Functional analysis of FHR-B dimerization domain mutants. (A) ELISA experiments performed with human C3b-coated plates to analyze the capacity of the FHR-B mutant proteins including FHR-B_Y162H, FHR-B_T161A,I166V, FHR-B_Del.1 and FHR-B_Dup.1-3 to bind C3b. FHR-B protein was included as a reference. (B) A GP-E hemolysis assay with human serum was used to determine the FH de-regulation activity of the FHR-B N-terminal mutants. FHR-B_T161A,I166V and FHR-B_Y162H preserve this activity compared with the WT FHR-B protein. A slight increase in FH de-regulation activity was observed in the FHR-B mutant carrying a deletion of SCR1 (FHR-B_Del.1), whereas these assays show that the FHR-B mutant with a duplication of the dimerization domain (FHR-B_Dup.1-3) lacks almost completely FH de-regulation activity. (C) We also tested the capacity of the different FHR-B mutants to potentiate the FI-cofactor activity of limited amounts of FH. Data show that a fully dimerized FHR-B like FHR-B_Dup.1-3 or FHR-1_1-3::FHR-B_4-5 lack this functionality, whereas a monomeric form of FHR-B or mutants with decreased proportion of dimers (FHR-B_T161A,I166V and FHR-B_Y162H) preserve this activity. Data also suggests that FHR-B SCR1 is relevant for this activity. Student’s t-test statistical analysis for independent samples was performed using FHR-B as reference. P<0.05 was considered significant.

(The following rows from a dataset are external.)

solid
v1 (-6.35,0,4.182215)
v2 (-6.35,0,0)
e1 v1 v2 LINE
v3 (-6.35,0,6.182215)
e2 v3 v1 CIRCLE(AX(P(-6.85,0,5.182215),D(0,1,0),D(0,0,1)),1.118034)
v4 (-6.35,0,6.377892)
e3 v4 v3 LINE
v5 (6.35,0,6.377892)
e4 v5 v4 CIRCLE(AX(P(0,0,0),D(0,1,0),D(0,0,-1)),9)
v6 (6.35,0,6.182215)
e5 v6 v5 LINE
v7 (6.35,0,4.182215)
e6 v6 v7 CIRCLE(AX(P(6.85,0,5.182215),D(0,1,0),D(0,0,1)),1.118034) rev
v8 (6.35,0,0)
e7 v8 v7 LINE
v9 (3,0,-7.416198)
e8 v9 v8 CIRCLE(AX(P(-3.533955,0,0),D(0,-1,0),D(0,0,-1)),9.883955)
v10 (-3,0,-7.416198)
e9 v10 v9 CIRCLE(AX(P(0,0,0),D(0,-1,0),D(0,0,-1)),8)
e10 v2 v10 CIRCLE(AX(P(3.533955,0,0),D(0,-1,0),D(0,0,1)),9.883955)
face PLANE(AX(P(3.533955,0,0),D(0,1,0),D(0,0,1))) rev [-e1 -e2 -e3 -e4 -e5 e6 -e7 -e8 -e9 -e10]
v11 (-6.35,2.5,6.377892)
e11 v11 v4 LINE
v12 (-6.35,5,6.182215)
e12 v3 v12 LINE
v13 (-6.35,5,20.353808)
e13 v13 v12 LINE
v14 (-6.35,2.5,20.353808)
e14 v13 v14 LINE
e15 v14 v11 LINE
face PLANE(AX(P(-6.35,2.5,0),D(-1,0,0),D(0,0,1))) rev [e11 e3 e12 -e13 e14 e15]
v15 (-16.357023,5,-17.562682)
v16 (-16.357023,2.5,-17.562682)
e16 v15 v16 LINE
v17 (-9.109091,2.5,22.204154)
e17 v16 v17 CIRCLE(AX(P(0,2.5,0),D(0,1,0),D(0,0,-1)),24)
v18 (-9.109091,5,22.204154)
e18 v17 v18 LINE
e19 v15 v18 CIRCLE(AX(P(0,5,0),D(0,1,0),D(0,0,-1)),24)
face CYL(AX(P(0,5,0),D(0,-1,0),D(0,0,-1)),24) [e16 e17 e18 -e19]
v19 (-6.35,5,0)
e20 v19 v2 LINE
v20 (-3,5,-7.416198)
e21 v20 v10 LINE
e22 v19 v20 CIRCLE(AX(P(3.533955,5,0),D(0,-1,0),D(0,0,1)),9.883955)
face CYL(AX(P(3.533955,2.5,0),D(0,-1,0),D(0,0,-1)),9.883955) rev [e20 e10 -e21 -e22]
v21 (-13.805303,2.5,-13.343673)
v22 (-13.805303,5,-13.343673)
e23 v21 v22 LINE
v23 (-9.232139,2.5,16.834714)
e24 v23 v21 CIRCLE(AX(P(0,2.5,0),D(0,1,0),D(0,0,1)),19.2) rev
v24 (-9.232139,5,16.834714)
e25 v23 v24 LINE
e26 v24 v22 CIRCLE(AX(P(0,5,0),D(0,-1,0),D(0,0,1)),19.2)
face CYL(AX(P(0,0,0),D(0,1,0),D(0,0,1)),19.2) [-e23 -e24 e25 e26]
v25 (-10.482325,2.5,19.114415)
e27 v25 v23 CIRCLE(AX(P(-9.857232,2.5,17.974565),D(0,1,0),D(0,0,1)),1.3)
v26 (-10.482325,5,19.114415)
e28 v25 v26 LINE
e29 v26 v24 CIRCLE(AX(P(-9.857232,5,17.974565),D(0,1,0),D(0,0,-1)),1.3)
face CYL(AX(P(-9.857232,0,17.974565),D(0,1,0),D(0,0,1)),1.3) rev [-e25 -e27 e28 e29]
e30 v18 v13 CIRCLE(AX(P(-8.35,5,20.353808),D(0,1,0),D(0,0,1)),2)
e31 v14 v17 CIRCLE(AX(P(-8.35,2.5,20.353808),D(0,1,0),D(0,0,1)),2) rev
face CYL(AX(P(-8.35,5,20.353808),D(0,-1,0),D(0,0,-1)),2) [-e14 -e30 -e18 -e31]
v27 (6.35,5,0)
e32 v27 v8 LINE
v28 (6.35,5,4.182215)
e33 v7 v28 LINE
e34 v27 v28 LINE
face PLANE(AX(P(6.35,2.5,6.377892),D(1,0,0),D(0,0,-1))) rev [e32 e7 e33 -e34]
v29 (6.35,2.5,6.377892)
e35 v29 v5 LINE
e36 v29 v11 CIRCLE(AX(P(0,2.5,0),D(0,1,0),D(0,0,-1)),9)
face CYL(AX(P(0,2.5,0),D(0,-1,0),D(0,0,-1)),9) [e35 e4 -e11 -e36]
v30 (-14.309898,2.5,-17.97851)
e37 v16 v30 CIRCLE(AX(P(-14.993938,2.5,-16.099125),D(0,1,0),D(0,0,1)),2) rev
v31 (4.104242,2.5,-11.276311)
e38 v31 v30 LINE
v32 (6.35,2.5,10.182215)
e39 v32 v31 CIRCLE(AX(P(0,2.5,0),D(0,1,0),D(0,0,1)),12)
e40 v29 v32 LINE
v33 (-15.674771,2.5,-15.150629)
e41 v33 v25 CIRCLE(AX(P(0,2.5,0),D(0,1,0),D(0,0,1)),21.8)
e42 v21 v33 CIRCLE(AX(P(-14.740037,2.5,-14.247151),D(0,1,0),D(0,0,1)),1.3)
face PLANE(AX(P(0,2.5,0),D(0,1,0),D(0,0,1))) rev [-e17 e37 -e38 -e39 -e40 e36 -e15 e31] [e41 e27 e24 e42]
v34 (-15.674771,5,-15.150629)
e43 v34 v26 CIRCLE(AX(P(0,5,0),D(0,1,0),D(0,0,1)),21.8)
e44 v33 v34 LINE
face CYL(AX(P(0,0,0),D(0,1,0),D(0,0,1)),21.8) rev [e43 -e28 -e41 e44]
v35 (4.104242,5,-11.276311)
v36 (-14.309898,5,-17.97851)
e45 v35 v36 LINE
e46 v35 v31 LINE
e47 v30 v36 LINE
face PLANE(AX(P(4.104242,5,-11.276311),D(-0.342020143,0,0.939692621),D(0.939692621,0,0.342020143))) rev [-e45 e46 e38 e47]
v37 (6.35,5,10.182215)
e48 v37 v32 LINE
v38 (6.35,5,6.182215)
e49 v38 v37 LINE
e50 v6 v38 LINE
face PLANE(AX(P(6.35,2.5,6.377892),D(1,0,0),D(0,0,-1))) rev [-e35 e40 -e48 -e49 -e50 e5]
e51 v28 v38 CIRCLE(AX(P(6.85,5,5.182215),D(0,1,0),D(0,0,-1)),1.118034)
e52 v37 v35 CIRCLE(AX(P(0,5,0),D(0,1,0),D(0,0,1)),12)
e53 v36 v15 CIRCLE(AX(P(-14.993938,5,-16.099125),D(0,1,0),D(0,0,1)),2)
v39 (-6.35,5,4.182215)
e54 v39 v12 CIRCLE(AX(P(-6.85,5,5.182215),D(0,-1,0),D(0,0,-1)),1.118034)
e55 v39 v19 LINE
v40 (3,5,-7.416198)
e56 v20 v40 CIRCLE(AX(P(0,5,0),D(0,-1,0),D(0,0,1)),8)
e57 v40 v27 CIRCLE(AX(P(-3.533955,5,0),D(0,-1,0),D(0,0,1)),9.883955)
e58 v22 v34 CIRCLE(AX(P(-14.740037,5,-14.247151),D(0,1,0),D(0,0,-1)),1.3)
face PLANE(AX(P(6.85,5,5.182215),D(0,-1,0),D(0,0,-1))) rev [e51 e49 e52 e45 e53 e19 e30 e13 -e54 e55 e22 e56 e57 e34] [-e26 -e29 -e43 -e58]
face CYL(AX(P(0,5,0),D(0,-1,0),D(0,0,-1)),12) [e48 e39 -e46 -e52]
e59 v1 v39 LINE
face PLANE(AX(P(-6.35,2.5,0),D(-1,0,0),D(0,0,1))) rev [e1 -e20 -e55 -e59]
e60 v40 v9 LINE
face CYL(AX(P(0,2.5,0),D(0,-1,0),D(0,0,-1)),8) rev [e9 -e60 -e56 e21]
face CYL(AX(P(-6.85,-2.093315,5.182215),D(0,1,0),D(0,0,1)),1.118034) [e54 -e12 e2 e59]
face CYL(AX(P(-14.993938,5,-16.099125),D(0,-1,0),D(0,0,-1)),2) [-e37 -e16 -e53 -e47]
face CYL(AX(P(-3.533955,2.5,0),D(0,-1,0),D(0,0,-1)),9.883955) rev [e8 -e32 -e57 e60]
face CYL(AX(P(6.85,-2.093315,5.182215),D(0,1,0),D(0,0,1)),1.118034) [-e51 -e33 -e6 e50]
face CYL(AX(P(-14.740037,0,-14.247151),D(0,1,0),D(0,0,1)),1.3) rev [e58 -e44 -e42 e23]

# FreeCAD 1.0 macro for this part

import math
import FreeCAD as App
import Part
import Sketcher
Q = App.Units.Quantity


def edges_at(feature, points):
    """Names of the edges that pass closest to the given points."""
    edges = feature.Shape.Edges
    near = lambda p: min(range(len(edges)), key=lambda i: edges[i].distToShape(Part.Vertex(*p))[0])
    return sorted({f"Edge{near(p) + 1}" for p in points})

doc = App.newDocument("Part")
body = doc.addObject("PartDesign::Body", "Body")

sketch1 = body.newObject("Sketcher::SketchObject", "Sketch")
sketch1.AttachmentSupport = (doc.getObject("XZ_Plane"), [""])
sketch1.MapMode = "FlatFace"
sketch1.addGeometry([
    Part.LineSegment(App.Vector(-6, 6, 0), App.Vector(-6, 0, 0)),
    Part.ArcOfCircle(Part.Circle(App.Vector(4, 0, 0), App.Vector(0, 0, 1), 10), math.radians(180), math.radians(229)),
    Part.ArcOfCircle(Part.Circle(App.Vector(0, 0, 0), App.Vector(0, 0, 1), 8), math.radians(-112), math.radians(-68)),
    Part.ArcOfCircle(Part.Circle(App.Vector(-4, 0, 0), App.Vector(0, 0, 1), 10), math.radians(-49), math.radians(0)),
    Part.LineSegment(App.Vector(6, 0, 0), App.Vector(6, 6, 0)),
    Part.ArcOfCircle(Part.Circle(App.Vector(0, 0, 0), App.Vector(0, 0, 1), 9), math.radians(135), math.radians(405)),
], False)
sketch1.addConstraint([
    Sketcher.Constraint("Tangent", 0, 2, 1, 1),
    Sketcher.Constraint("Coincident", 1, 2, 2, 1),
    Sketcher.Constraint("Coincident", 2, 2, 3, 1),
    Sketcher.Constraint("Tangent", 3, 2, 4, 1),
    Sketcher.Constraint("Coincident", 4, 2, 5, 2),
    Sketcher.Constraint("Coincident", 5, 1, 0, 1),
    Sketcher.Constraint("Vertical", 0),
    Sketcher.Constraint("Vertical", 4),
    Sketcher.Constraint("Coincident", 2, 3, -1, 1),
    Sketcher.Constraint("Coincident", 5, 3, -1, 1),
    Sketcher.Constraint("Equal", 1, 3),
    Sketcher.Constraint("Symmetric", 1, 3, 3, 3, -1, 1),
    Sketcher.Constraint("PointOnObject", 1, 3, -1),
    Sketcher.Constraint("Radius", 2, 8.0),
    Sketcher.Constraint("Radius", 5, 9.0),
    Sketcher.Constraint("DistanceX", 1, 2, -1, 1, 3.0),
    Sketcher.Constraint("DistanceX", 0, 2, -1, 1, 6.35),
])
pad1 = body.newObject("PartDesign::Pad", "Pad")
pad1.Profile = sketch1
pad1.Length = 2.5
pad1.Reversed = True
body2 = doc.addObject("PartDesign::Body", "Body001")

These experiments were performed in triplicate, and the figures present a representative result from at least three independent assays.

Figure 13

Western blot characterization of a rabbit polyclonal antibody raised against purified recombinant FHR-B. (A) Analysis of normal human plasma and a plasma from an individual deficient FHR-3 and FHR-1 show that the antibody cross-reacts with human FH, human FHL-1 and human FHR-1, but do not recognize human FHR-3. (B) The same antibody used in A was extensively adsorbed using a Sepharose column coupled to mFH and was tested in western blot with serum samples of C57BL/6, Cfh^-/- and Cfh^-/-; Cfhr^-/- mice. No mouse FHR proteins other than FHR-B were detected. Notice the important decrease in FHR-B levels in the serum of Cfh^-/- mice (see also Figure 14 ).

Figure 14

FHR-B levels in mouse plasma. (A) ELISA experiments to confirm that the rabbit polyclonal antibody generated in-house against the purified recombinant FHR-B protein and extensively adsorbed against mFH lacks mFH cross-reactivity. In these experiments Cfh^-/-; Cfhr^-/- mice plasma was reconstituted with different concentrations of mFH and/or FHR-B to show that while FHR-B was perfectly detected, mFH was not detected. (B) Using this ELISA we measure the plasma levels in male and female C57BL/6 mice. We also found that circulating levels of FHR-B were slightly increase in C3^-/- mice and significantly decreased in Cfh^-/- mice, suggesting that plasma FHR-B levels are influenced by the amount of C3 deposited in opsonized surfaces. Student’s t-test statistical analysis for independent samples was performed using C57BL6 mice serum as reference. P<0.05 was considered significant. These experiments were performed in duplicate, and the figures present a representative result from at least three independent assays.